▶ What the task requires
Your task is to quote the records from their first line through the line containing "f 253 233 252", with nothing added or left out.

▶ Saved entries

====

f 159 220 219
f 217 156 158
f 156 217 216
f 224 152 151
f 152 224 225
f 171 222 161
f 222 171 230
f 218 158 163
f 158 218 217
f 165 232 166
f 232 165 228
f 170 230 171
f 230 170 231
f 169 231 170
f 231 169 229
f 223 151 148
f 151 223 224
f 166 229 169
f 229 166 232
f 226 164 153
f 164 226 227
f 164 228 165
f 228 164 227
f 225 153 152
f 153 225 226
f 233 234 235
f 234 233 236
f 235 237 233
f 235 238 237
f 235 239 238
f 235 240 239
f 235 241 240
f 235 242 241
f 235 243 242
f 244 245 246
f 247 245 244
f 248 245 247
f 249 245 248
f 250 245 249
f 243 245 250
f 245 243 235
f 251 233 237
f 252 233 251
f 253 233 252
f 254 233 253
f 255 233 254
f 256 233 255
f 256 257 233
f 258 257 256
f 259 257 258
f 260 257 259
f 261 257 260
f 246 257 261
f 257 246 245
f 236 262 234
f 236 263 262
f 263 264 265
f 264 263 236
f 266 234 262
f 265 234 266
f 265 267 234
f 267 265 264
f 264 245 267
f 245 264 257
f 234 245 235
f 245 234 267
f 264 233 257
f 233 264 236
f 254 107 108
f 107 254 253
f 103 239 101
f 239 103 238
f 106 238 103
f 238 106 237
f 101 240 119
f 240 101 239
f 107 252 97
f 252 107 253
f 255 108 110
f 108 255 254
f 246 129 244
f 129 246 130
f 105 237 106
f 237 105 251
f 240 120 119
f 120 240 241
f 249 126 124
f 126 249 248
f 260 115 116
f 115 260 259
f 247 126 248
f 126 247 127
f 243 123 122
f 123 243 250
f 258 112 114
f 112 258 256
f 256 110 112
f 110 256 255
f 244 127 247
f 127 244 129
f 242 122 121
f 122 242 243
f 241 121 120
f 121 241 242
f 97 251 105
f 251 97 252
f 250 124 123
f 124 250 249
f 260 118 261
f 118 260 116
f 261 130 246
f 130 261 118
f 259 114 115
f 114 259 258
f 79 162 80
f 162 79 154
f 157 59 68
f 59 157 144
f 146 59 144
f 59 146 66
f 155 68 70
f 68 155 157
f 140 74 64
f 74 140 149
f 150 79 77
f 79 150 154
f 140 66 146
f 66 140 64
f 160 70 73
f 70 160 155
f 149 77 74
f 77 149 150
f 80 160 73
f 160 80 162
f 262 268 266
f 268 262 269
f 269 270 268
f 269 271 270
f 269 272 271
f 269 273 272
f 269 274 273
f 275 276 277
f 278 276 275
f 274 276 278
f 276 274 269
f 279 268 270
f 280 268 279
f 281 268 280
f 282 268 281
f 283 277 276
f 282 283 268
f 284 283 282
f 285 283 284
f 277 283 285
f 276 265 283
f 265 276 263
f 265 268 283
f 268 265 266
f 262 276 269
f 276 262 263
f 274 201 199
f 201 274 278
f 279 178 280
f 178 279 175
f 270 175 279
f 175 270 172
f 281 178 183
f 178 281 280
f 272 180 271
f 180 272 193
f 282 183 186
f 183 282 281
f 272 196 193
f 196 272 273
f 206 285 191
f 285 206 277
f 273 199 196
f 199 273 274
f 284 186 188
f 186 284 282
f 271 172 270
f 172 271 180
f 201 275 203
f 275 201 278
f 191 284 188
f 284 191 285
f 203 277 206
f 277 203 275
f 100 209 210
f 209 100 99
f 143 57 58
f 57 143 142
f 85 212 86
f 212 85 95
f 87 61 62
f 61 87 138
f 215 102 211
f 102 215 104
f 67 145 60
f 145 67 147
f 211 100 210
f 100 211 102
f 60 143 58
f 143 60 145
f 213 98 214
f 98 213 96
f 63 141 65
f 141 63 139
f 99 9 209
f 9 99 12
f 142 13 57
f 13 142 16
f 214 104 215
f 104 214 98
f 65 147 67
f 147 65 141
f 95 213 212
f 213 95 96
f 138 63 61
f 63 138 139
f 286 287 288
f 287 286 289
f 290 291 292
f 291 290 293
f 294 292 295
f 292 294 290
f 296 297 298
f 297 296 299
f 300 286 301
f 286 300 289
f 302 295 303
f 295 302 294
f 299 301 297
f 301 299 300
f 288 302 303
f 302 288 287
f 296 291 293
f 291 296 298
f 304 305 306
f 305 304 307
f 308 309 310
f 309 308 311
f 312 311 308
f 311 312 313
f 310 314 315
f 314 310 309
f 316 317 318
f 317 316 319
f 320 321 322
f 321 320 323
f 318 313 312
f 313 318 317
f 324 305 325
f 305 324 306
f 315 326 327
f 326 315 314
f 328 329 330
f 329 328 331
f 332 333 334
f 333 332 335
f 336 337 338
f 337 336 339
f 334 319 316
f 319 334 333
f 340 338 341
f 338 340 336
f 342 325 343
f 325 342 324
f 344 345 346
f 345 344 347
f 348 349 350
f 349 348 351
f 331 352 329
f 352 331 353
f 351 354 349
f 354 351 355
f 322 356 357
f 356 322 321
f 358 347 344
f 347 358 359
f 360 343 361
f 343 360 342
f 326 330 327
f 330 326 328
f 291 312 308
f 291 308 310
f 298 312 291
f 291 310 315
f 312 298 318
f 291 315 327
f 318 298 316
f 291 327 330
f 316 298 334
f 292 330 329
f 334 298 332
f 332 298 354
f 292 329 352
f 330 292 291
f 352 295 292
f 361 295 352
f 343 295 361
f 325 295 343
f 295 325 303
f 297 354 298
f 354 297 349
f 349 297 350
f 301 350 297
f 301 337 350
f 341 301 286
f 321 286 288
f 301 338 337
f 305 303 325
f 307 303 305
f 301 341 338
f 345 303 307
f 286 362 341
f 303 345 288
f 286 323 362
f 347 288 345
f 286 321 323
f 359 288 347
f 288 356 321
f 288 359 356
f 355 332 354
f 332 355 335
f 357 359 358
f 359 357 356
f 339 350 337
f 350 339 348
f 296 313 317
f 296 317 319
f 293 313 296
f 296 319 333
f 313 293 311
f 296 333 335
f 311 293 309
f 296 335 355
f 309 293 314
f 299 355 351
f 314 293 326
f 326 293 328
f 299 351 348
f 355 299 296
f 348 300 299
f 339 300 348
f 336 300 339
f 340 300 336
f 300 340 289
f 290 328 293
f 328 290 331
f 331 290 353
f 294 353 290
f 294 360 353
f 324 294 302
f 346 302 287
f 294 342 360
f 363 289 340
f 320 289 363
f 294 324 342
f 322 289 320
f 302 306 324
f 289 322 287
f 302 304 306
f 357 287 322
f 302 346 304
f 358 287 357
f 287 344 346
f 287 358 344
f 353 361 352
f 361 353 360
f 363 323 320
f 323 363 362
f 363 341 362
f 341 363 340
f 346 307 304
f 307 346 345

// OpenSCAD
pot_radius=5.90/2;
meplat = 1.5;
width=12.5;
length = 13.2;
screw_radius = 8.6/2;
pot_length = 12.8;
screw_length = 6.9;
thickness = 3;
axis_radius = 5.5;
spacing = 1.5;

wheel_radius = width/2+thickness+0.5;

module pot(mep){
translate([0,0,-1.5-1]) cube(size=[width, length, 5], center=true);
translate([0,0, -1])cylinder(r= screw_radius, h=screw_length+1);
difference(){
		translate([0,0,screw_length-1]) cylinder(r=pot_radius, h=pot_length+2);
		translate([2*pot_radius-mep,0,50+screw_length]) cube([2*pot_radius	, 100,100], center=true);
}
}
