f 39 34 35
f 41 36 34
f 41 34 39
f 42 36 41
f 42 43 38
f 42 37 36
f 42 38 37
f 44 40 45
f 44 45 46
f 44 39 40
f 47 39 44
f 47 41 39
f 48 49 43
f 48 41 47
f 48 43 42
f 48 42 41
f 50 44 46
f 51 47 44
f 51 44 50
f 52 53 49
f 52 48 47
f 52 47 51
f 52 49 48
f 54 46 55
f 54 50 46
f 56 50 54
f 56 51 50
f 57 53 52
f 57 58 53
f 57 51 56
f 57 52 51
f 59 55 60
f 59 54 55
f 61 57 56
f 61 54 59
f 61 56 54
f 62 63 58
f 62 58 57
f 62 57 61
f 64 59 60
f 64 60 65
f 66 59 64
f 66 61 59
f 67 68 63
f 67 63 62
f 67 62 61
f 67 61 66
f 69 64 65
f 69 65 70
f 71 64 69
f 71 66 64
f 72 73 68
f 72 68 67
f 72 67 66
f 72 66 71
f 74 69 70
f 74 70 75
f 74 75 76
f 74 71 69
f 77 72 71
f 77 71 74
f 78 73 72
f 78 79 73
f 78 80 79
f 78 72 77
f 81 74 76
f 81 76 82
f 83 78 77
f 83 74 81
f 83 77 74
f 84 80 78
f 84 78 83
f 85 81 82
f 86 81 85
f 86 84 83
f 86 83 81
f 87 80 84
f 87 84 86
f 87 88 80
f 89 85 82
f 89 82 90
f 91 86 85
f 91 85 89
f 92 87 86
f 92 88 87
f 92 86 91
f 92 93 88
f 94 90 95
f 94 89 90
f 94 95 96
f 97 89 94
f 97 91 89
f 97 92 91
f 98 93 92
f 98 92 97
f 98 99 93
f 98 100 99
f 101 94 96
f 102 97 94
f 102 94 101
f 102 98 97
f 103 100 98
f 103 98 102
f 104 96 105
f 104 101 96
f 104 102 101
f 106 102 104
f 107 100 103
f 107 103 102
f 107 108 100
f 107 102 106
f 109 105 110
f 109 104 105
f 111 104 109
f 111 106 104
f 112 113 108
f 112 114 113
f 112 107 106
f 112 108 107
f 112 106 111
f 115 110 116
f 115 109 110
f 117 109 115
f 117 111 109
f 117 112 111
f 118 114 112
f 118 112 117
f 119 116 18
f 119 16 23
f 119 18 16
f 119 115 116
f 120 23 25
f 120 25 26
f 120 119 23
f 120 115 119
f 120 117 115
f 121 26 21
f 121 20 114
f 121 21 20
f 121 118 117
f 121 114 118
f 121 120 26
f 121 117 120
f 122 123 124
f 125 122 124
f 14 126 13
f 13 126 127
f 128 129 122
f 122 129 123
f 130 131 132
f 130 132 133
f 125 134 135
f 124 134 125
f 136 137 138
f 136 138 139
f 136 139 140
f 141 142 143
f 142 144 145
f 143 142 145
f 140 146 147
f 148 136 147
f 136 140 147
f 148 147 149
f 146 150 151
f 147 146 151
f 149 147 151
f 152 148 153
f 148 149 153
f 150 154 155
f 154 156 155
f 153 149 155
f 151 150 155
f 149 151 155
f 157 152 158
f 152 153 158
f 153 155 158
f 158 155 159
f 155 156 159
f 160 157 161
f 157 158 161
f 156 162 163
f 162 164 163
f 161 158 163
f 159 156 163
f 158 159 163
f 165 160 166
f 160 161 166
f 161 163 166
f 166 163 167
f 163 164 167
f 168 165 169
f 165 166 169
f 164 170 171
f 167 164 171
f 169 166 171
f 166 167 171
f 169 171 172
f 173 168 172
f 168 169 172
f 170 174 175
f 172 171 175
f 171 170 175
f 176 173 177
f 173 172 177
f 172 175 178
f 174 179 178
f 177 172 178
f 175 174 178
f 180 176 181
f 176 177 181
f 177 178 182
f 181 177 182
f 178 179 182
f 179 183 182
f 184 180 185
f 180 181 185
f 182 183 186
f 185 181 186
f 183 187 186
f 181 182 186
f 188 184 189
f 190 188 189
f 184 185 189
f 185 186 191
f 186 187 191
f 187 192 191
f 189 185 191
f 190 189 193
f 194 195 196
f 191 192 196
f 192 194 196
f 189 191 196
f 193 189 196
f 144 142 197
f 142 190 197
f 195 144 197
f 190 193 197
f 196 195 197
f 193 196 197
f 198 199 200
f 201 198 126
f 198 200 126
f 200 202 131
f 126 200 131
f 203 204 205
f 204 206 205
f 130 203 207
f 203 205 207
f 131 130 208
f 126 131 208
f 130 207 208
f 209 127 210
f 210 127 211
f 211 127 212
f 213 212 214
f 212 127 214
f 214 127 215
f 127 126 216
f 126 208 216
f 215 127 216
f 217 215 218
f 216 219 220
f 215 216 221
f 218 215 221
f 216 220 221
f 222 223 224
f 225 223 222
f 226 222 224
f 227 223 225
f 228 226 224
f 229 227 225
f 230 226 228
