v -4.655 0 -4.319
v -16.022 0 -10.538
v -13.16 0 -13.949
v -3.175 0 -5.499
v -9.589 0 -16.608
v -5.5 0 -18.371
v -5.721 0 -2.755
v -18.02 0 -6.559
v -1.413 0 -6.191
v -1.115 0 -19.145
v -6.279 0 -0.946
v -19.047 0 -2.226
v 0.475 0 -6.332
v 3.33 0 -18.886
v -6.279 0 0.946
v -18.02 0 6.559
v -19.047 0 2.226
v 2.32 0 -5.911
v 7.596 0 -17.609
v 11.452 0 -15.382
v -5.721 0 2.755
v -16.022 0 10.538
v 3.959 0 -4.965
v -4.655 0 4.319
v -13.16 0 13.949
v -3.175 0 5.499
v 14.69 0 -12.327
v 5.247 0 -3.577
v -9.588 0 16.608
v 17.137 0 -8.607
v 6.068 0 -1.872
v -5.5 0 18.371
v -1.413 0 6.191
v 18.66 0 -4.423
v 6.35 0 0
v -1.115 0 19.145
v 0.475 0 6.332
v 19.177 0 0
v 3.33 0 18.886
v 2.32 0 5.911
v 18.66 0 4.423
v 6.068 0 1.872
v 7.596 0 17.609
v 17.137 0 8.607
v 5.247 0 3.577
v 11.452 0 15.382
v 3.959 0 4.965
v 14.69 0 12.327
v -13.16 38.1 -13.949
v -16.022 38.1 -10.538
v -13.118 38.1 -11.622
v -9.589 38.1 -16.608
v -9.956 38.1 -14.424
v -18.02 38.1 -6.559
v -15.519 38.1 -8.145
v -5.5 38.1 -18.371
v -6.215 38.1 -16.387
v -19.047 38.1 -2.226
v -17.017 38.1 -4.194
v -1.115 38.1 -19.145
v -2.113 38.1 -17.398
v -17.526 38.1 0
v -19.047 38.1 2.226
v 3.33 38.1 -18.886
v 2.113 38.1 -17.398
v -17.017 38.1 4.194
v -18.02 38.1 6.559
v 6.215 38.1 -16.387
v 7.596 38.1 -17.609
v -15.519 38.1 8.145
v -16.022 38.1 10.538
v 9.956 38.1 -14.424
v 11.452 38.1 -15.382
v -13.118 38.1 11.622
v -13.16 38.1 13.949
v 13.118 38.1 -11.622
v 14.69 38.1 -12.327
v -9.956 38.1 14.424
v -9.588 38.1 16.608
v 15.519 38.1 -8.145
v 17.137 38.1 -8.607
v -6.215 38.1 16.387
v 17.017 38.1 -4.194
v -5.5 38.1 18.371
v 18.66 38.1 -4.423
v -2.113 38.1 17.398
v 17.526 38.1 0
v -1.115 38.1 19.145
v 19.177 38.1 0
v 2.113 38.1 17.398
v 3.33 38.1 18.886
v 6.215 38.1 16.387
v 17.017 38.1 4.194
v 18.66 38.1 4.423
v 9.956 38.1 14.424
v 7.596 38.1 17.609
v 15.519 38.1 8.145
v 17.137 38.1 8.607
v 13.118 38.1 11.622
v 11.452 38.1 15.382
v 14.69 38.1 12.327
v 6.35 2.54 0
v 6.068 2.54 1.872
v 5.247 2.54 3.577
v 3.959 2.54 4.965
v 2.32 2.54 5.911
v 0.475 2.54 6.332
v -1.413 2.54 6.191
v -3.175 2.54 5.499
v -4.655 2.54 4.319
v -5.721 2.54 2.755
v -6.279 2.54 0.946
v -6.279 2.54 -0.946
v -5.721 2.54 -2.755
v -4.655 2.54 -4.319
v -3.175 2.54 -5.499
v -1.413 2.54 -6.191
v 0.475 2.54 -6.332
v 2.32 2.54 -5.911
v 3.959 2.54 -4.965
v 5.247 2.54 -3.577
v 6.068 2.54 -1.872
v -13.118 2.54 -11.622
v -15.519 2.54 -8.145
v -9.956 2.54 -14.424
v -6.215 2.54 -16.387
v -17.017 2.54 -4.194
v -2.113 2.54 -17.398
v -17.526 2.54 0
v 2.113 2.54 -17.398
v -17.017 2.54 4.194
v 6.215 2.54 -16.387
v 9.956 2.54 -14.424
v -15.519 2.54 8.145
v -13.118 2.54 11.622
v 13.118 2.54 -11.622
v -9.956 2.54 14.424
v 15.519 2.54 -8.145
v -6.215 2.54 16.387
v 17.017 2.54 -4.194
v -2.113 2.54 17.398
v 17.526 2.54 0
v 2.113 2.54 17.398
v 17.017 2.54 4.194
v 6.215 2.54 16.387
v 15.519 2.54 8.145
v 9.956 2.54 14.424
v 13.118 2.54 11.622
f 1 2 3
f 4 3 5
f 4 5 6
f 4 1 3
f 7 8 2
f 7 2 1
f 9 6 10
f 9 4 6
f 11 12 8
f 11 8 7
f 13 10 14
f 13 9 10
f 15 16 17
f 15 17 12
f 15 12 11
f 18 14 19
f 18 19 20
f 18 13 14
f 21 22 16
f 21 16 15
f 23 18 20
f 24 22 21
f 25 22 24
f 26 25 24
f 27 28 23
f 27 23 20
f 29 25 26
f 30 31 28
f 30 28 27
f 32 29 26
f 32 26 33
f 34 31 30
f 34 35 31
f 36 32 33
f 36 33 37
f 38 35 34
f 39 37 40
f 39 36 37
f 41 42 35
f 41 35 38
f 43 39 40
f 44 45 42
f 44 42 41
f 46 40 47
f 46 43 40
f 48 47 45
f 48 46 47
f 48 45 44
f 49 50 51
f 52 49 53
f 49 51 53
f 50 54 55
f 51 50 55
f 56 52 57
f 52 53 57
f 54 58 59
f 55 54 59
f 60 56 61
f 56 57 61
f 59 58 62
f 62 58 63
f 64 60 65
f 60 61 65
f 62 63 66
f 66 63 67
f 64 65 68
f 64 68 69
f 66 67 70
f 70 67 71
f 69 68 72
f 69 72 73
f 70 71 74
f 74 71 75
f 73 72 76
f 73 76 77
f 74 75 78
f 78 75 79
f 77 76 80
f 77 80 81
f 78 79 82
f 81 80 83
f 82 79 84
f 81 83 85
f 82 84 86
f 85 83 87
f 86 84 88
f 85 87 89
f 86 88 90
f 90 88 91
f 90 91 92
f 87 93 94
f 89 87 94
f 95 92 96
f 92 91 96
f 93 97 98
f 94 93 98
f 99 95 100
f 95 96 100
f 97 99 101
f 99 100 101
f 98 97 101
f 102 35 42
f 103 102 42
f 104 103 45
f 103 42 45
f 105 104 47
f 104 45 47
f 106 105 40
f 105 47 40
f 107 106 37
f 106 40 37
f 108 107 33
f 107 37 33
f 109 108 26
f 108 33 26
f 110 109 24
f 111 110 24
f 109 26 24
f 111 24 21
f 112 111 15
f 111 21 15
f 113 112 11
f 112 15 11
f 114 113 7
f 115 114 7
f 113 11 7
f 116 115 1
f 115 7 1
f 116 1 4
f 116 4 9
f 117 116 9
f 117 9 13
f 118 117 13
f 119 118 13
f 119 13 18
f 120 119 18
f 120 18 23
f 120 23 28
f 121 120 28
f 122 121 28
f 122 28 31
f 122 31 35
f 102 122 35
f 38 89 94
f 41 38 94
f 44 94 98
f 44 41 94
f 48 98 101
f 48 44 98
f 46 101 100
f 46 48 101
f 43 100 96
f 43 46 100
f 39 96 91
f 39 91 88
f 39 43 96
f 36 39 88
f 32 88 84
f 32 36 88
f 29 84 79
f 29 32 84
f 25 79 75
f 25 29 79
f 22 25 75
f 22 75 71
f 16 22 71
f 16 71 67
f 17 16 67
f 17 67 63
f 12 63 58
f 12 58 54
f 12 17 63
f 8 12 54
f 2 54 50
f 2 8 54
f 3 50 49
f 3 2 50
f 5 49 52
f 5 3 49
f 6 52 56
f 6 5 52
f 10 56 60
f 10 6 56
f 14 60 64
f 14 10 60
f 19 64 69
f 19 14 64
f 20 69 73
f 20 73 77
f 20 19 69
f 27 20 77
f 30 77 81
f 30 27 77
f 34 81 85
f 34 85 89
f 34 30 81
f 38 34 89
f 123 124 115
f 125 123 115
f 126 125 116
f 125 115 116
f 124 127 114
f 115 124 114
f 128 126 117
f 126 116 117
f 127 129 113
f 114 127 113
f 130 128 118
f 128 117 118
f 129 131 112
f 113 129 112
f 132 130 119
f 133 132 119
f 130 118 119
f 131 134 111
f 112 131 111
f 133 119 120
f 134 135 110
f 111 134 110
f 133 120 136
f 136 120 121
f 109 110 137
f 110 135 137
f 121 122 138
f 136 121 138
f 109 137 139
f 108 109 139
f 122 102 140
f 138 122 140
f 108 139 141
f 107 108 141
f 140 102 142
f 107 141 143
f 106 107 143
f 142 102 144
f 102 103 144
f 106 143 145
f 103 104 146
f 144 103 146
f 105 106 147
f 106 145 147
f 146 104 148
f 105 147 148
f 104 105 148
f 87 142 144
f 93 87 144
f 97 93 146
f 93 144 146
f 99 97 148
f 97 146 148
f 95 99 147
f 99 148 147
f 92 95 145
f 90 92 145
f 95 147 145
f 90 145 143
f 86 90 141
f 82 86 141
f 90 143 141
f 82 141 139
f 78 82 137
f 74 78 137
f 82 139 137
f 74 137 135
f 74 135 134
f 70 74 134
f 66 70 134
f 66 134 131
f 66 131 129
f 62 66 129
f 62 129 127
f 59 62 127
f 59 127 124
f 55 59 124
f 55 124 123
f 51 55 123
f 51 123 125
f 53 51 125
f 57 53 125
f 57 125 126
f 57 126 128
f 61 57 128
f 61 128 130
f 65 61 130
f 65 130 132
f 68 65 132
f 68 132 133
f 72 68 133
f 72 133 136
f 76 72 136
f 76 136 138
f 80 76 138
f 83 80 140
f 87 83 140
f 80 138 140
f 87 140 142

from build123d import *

# Parameters (mm, degrees)
F0_R     = 19.177
F0_R_2   = 17.526
F1_DEPTH = 38.1
F2_R     = 17.526
F3_DEPTH = 2.54
F4_R     = 6.35
F5_DEPTH = 25.4


with BuildPart() as f1:
    # F0 (on Front) → F1 (new body)
    with BuildSketch(Plane.XZ):
        Circle(F0_R)
        Circle(F0_R_2, mode=Mode.SUBTRACT)
    extrude(amount=-F1_DEPTH)

    # F2 (on Front) → F3 (join)
    with BuildSketch(Plane.XZ):
        Circle(F2_R)
    extrude(amount=-F3_DEPTH)

    # F4 (on face) → F5 (cut)
    with BuildSketch(Plane.XZ):
        Circle(F4_R)
    extrude(amount=-F5_DEPTH, mode=Mode.SUBTRACT)


solid = f1.part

====

▶ Response to this task
f 159 220 219
f 217 156 158
f 156 217 216
f 224 152 151
f 152 224 225
f 171 222 161
f 222 171 230
f 218 158 163
f 158 218 217
f 165 232 166
f 232 165 228
f 170 230 171
f 230 170 231
f 169 231 170
f 231 169 229
f 223 151 148
f 151 223 224
f 166 229 169
f 229 166 232
f 226 164 153
f 164 226 227
f 164 228 165
f 228 164 227
f 225 153 152
f 153 225 226
f 233 234 235
f 234 233 236
f 235 237 233
f 235 238 237
f 235 239 238
f 235 240 239
f 235 241 240
f 235 242 241
f 235 243 242
f 244 245 246
f 247 245 244
f 248 245 247
f 249 245 248
f 250 245 249
f 243 245 250
f 245 243 235
f 251 233 237
f 252 233 251
f 253 233 252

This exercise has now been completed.